Before the 1972 Furman v. Georgia decision, only two states (Maine and North Dakota) had what could best be described as “natural life sentences” but even those sentences could be commuted to fixed terms of years with parole eligibility.

In direct response to Furman, legislatures in three states (Louisiana, Alabama and Illinois) enacted specific life without parole (LWOP) sentences. Two dozen other states would follow suit throughout the 1970s and 1980s. Texas created its LWOP sentence in 2005.

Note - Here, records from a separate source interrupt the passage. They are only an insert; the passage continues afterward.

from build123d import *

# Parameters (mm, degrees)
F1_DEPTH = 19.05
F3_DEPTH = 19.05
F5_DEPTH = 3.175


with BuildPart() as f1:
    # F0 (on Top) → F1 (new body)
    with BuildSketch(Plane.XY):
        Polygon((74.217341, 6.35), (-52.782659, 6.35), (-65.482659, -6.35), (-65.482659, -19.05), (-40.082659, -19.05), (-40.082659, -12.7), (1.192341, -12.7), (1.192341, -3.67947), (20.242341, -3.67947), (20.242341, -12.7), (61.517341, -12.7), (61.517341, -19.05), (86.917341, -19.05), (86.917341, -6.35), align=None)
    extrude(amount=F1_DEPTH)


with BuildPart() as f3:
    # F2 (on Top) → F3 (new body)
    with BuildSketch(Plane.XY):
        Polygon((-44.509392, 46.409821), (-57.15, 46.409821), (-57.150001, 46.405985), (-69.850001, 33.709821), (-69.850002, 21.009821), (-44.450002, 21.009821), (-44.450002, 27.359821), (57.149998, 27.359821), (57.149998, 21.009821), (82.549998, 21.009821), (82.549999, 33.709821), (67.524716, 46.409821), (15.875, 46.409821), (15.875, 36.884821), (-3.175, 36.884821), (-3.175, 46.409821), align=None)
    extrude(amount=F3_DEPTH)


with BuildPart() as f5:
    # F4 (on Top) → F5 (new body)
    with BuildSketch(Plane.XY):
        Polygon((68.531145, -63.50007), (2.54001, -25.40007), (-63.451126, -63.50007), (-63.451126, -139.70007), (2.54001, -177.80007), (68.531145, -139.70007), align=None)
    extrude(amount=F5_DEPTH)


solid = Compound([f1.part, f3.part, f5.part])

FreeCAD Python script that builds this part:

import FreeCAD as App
import Part
import Sketcher
Q = App.Units.Quantity


def add_polygon(sketch, points):
    """Adds a closed chain of lines whose ends are joined by coincident constraints."""
    first, n = sketch.GeometryCount, len(points)
    for a, b in zip(points, points[1:] + points[:1]):
        sketch.addGeometry(Part.LineSegment(App.Vector(*a, 0), App.Vector(*b, 0)), False)
    for i in range(n):
        sketch.addConstraint(Sketcher.Constraint("Coincident", first + i, 2, first + (i + 1) % n, 1))

doc = App.newDocument("Part")
params = doc.addObject("Spreadsheet::Sheet", "Params")
for row, (alias, value) in enumerate([
    ("sketch1_width", "5 in"),
    ("sketch1_width2", "1 in"),
    ("sketch1_height", "0.5 in"),
    ("sketch1_width3", "0.75 in"),
    ("sketch1_height2", "0.25 in"),
    ("pad1_length", "0.75 in"),
    ("sketch2_width", "1 in"),
    ("sketch2_width2", "4 in"),
    ("sketch2_height", "0.5 in"),
    ("sketch2_width3", "0.75 in"),
    ("sketch2_height2", "0.25 in"),
    ("pad2_length", "0.75 in"),
    ("sketch3_height", "3 in"),
    ("sketch3_length", "3 in"),
    ("pad3_length", "0.125 in"),
], start=1):
    params.set(f"A{row}", alias)
    params.set(f"B{row}", "=" + value)
    params.setAlias(f"B{row}", alias)

body = doc.addObject("PartDesign::Body", "Body")

sketch1 = doc.addObject("Sketcher::SketchObject", "Sketch")
body.addObject(sketch1)
sketch1.AttachmentSupport = (doc.XY_Plane, [""])
sketch1.MapMode = "FlatFace"
add_polygon(sketch1, [(74.217341, 6.35), (-52.782659, 6.35), (-65.482659, -6.35), (-65.482659, -19.05), (-40.082659, -19.05), (-40.082659, -12.7), (1.192341, -12.7), (1.192341, -3.67947), (20.242341, -3.67947), (20.242341, -12.7), (61.517341, -12.7), (61.517341, -19.05), (86.917341, -19.05), (86.917341, -6.35)])
sketch1.addConstraint([
    Sketcher.Constraint("Horizontal", 0),
    Sketcher.Constraint("Vertical", 2),
    Sketcher.Constraint("Horizontal", 3),
    Sketcher.Constraint("Vertical", 4),
    Sketcher.Constraint("Horizontal", 5),
    Sketcher.Constraint("Vertical", 6),
    Sketcher.Constraint("Horizontal", 7),
    Sketcher.Constraint("Vertical", 8),
    Sketcher.Constraint("Horizontal", 9),
    Sketcher.Constraint("Vertical", 10),
    Sketcher.Constraint("Horizontal", 11),
    Sketcher.Constraint("Vertical", 12),
    Sketcher.Constraint("Perpendicular", 1, 13),
    Sketcher.Constraint("Horizontal", 5, 2, 8, 2),
    Sketcher.Constraint("Horizontal", 3, 2, 10, 2),
    Sketcher.Constraint("Horizontal", 1, 2, 12, 2),
    Sketcher.Constraint("Equal", 5, 9),
    Sketcher.Constraint("Equal", 3, 11),
    Sketcher.Constraint("Equal", 1, 13),
    Sketcher.Constraint("DistanceX", 0, 2, 0, 1, Q("5 in")),
    Sketcher.Constraint("DistanceX", 3, 1, 3, 2, Q("1 in")),
    Sketcher.Constraint("DistanceY", 2, 2, 2, 1, Q("0.5 in")),
    Sketcher.Constraint("DistanceY", 2, 2, 0, 2, Q("1 in")),
    Sketcher.Constraint("DistanceX", 7, 1, 7, 2, Q("0.75 in")),
    Sketcher.Constraint("DistanceY", 4, 1, 4, 2, Q("0.25 in")),
    Sketcher.Constraint("DistanceY", 4, 2, -1, 1, Q("0.5 in")),
    Sketcher.Constraint("DistanceY", 6, 1, 6, 2, 9.02053),
    Sketcher.Constraint("DistanceX", 0, 2, -1, 1, 52.782659),
])
sketch1.setExpression("Constraints[33]", "Params.sketch1_width")
sketch1.setExpression("Constraints[34]", "Params.sketch1_width2")
sketch1.setExpression("Constraints[35]", "Params.sketch1_height")
sketch1.setExpression("Constraints[37]", "Params.sketch1_width3")
sketch1.setExpression("Constraints[38]", "Params.sketch1_height2")
pad1 = doc.addObject("PartDesign::Pad", "Pad")
body.addObject(pad1)
pad1.Profile = sketch1
pad1.setExpression("Length", "Params.pad1_length")
body2 = doc.addObject("PartDesign::Body", "Body001")

sketch2 = doc.addObject("Sketcher::SketchObject", "Sketch001")
body2.addObject(sketch2)
sketch2.AttachmentSupport = (doc.getObject("XY_Plane001"), [""])
sketch2.MapMode = "FlatFace"
add_polygon(sketch2, [(-57.15, 46.409821), (-57.150001, 46.405985), (-69.850001, 33.709821), (-69.850002, 21.009821), (-44.450002, 21.009821), (-44.450002, 27.359821), (57.149998, 27.359821), (57.149998, 21.009821), (82.549998, 21.009821), (82.549999, 33.709821), (67.524716, 46.409821), (15.875, 46.409821), (15.875, 36.884821), (-3.175, 36.884821), (-3.175, 46.409821)])
sketch2.addConstraint([
    Sketcher.Constraint("Vertical", 0),
    Sketcher.Constraint("Vertical", 2),
    Sketcher.Constraint("Horizontal", 3),
    Sketcher.Constraint("Vertical", 4),
    Sketcher.Constraint("Horizontal", 5),
    Sketcher.Constraint("Vertical", 6),
    Sketcher.Constraint("Horizontal", 7),
    Sketcher.Constraint("Vertical", 8),
    Sketcher.Constraint("Horizontal", 10),
    Sketcher.Constraint("Vertical", 11),
    Sketcher.Constraint("Horizontal", 12),
    Sketcher.Constraint("Vertical", 13),
    Sketcher.Constraint("Horizontal", 14),
    Sketcher.Constraint("Horizontal", 3, 2, 6, 2),
    Sketcher.Constraint("Horizontal", 1, 2, 8, 2),
    Sketcher.Constraint("Horizontal", 10, 2, 13, 2),
    Sketcher.Constraint("Equal", 3, 7),
    Sketcher.Constraint("DistanceX", 3, 1, 3, 2, Q("1 in")),
    Sketcher.Constraint("DistanceX", 5, 1, 5, 2, Q("4 in")),
    Sketcher.Constraint("DistanceY", 2, 2, 2, 1, Q("0.5 in")),
    Sketcher.Constraint("DistanceY", 6, 2, 9, 2, Q("1 in")),
    Sketcher.Constraint("DistanceX", 12, 2, 12, 1, Q("0.75 in")),
    Sketcher.Constraint("DistanceY", 4, 1, 4, 2, Q("0.25 in")),
    Sketcher.Constraint("DistanceX", 1, 2, 0, 2, Q("0.5 in")),
    Sketcher.Constraint("DistanceX", 14, 2, 14, 1, Q("2.125 in")),
    Sketcher.Constraint("DistanceY", 11, 2, 11, 1, Q("0.375 in")),
    Sketcher.Constraint("DistanceX", 0, 2, -1, 1, Q("2.25 in")),
    Sketcher.Constraint("Distance", 1, Q("0.707 in")),
    Sketcher.Constraint("DistanceX", 10, 2, 10, 1, 51.649716),
    Sketcher.Constraint("DistanceY", -1, 1, 1, 2, 33.709821),
])
sketch2.setExpression("Constraints[32]", "Params.sketch2_width")
sketch2.setExpression("Constraints[33]", "Params.sketch2_width2")
sketch2.setExpression("Constraints[34]", "Params.sketch2_height")
sketch2.setExpression("Constraints[36]", "Params.sketch2_width3")
sketch2.setExpression("Constraints[37]", "Params.sketch2_height2")
pad2 = doc.addObject("PartDesign::Pad", "Pad001")
body2.addObject(pad2)
pad2.Profile = sketch2
pad2.setExpression("Length", "Params.pad2_length")
body3 = doc.addObject("PartDesign::Body", "Body002")

sketch3 = doc.addObject("Sketcher::SketchObject", "Sketch002")
body3.addObject(sketch3)
sketch3.AttachmentSupport = (doc.getObject("XY_Plane002"), [""])
sketch3.MapMode = "FlatFace"
add_polygon(sketch3, [(68.531145, -63.50007), (2.54001, -25.40007), (-63.451126, -63.50007), (-63.451126, -139.70007), (2.54001, -177.80007), (68.531145, -139.70007)])
sketch3.addConstraint([
    Sketcher.Constraint("Vertical", 2),
    Sketcher.Constraint("Vertical", 5),
    Sketcher.Constraint("Parallel", 0, 3),
    Sketcher.Constraint("Parallel", 1, 4),
    Sketcher.Constraint("Horizontal", 2, 2, 4, 2),
    Sketcher.Constraint("Horizontal", 1, 2, 5, 2),
    Sketcher.Constraint("Vertical", 0, 2, 3, 2),
    Sketcher.Constraint("DistanceY", 2, 2, 2, 1, Q("3 in")),
    Sketcher.Constraint("Distance", 0, Q("3 in")),
    Sketcher.Constraint("Angle", 0, Q("150 deg")),
    Sketcher.Constraint("DistanceX", -1, 1, 0, 2, 2.54001),
    Sketcher.Constraint("DistanceY", 0, 2, -1, 1, 25.40007),
])
sketch3.setExpression("Constraints[13]", "Params.sketch3_height")
sketch3.setExpression("Constraints[14]", "Params.sketch3_length")
pad3 = doc.addObject("PartDesign::Pad", "Pad002")
body3.addObject(pad3)
pad3.Profile = sketch3
pad3.setExpression("Length", "Params.pad3_length")

doc.recompute()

While the executive power to commute sentences, even LWOP, is unfettered, there is absolutely no chance that any Florida governor would commute any of the multiple life sentences Nikolas Cruz will receive.

man in dark tie

Billy Sinclair

The families of Cruz’s victims, outraged that he did not receive the death penalty have not been cheated by the scales of justice. LWOP in any American prison, especially a maximum security prison in Florida, is a worse punishment than death.

Still, the unanswered question hangs in both the Andre Thomas and Nikolas Cruz cases: have the interests of justice been served by the fate the State has imposed on each of them?

There’s no good answer to that question.

Billy Sinclair spent 40 years in the Louisiana prison system, six of which were on death row. He is a published author, an award-winning journalist (a George Polk Award recipient), and the co-host with his wife Jodie of the criminal justice podcast, “Justice Delayed.”